Why Do The Lights In A Lighthouse Rotate? Here's How They Help Ships

Lighthouses have guided mariners safely home for centuries, with the first lighthouse reportedly constructed in ancient Egypt (although it was later destroyed). Although GPS is now in everything from smart watches to phones, ships still use lighthouses today. Although technology has a way of convincing us that older inventions no longer serve a purpose, it just takes one technological failure to quickly remind us that's not the case. In the event that a ship undergoes electronic navigation failures or weather interferes — or when a vessel is simply operating off the grid — its crew must revert to the same trusted light signals they've used to navigate before GPS was invented.

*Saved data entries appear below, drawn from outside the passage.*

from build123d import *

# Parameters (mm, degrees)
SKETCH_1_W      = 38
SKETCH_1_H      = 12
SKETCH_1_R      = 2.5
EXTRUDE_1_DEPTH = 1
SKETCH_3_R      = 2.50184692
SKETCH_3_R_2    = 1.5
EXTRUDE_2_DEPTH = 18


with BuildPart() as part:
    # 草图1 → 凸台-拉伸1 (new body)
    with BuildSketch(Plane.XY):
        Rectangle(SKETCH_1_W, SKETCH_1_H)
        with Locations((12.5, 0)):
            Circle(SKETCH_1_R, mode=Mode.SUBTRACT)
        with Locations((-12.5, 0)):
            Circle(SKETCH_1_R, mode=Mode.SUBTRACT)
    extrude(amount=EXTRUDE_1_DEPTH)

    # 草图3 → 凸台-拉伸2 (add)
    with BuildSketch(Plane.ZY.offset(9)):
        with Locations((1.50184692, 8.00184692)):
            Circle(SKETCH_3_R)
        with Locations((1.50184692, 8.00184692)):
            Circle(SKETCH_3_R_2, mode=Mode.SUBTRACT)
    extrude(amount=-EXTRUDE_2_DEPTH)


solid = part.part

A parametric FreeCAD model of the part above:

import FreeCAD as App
import Part
import Sketcher
from FreeCAD import Vector
Q = App.Units.Quantity


def add_polygon(sketch, points):
    """Adds a closed chain of lines whose ends are joined by coincident constraints."""
    first, n = sketch.GeometryCount, len(points)
    for a, b in zip(points, points[1:] + points[:1]):
        sketch.addGeometry(Part.LineSegment(App.Vector(*a, 0), App.Vector(*b, 0)), False)
    for i in range(n):
        sketch.addConstraint(Sketcher.Constraint("Coincident", first + i, 2, first + (i + 1) % n, 1))

doc = App.newDocument("Part")
body = doc.addObject("PartDesign::Body", "Body")

sketch1 = body.newObject("Sketcher::SketchObject", "Sketch")
sketch1.AttachmentSupport = (doc.getObject("XY_Plane"), [""])
sketch1.MapMode = "FlatFace"
add_polygon(sketch1, [(-19, 6), (-19, -6), (19, -6), (19, 6)])
sketch1.addGeometry(Part.Circle(Vector(-12.5, 0, 0), Vector(0, 0, 1), 2.5), False)
sketch1.addGeometry(Part.Circle(Vector(12.5, 0, 0), Vector(0, 0, 1), 2.5), False)
sketch1.addConstraint([
    Sketcher.Constraint("Vertical", 0),
    Sketcher.Constraint("Horizontal", 1),
    Sketcher.Constraint("Vertical", 2),
    Sketcher.Constraint("Horizontal", 3),
    Sketcher.Constraint("Equal", 4, 5),
    Sketcher.Constraint("Symmetric", 4, 3, 5, 3, -1, 1),
    Sketcher.Constraint("Symmetric", 0, 2, 2, 2, -1, 1),
    Sketcher.Constraint("PointOnObject", 4, 3, -1),
    Sketcher.Constraint("Diameter", 4, Q("5 mm")),
    Sketcher.Constraint("DistanceX", 1, 1, 1, 2, Q("38 mm")),
    Sketcher.Constraint("DistanceY", 0, 2, 0, 1, Q("12 mm")),
    Sketcher.Constraint("DistanceX", 4, 3, 5, 3, Q("25 mm")),
])
pad1 = body.newObject("PartDesign::Pad", "Pad")
pad1.Profile = sketch1
pad1.Length = 1

sketch2 = body.newObject("Sketcher::SketchObject", "Sketch001")
sketch2.AttachmentSupport = (doc.getObject("YZ_Plane"), [""])
sketch2.MapMode = "FlatFace"
sketch2.AttachmentOffset = App.Placement(Vector(0, 0, -9), App.Rotation())
sketch2.addGeometry([
    Part.Circle(Vector(8, 1.5, 0), Vector(0, 0, 1), 2.5),
    Part.Circle(Vector(8, 1.5, 0), Vector(0, 0, 1), 1.5),
], False)
sketch2.addConstraint([
    Sketcher.Constraint("Coincident", 1, 3, 0, 3),
    Sketcher.Constraint("Diameter", 1, Q("3 mm")),
    Sketcher.Constraint("Diameter", 0, Q("5.003694 mm")),
    Sketcher.Constraint("DistanceX", -1, 1, 0, 3, Q("8.001847 mm")),
    Sketcher.Constraint("DistanceY", -1, 1, 0, 3, Q("1.501847 mm")),
])
pad2 = body.newObject("PartDesign::Pad", "Pad001")
pad2.Profile = sketch2
pad2.Length = 18

doc.recompute()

The technology in a lighthouse might be more complicated than you think. Lights in a lighthouse rotate to produce a unique flash sequence called a light characteristic, so ships can identify exactly which lighthouse they're seeing and where they are. These characteristics are standardized and published in official maritime guides like the Admiralty List of Lights and Fog Signals and the U.S. Coast Guard's light list. Mariners compare what they see at sea to these published lists, confirming their location. 

The logic behind a rotating lighthouse is similar to why emergency vehicles use flashing versus static lights. A moving or pulsing light catches the human eye faster and is much easier to recognize at a distance — especially in conditions with poor visibility. Most traditional lighthouses use a fixed light source with a giant rotating lens that focuses the light into a narrow beam that is visible from a distance of over 20 miles.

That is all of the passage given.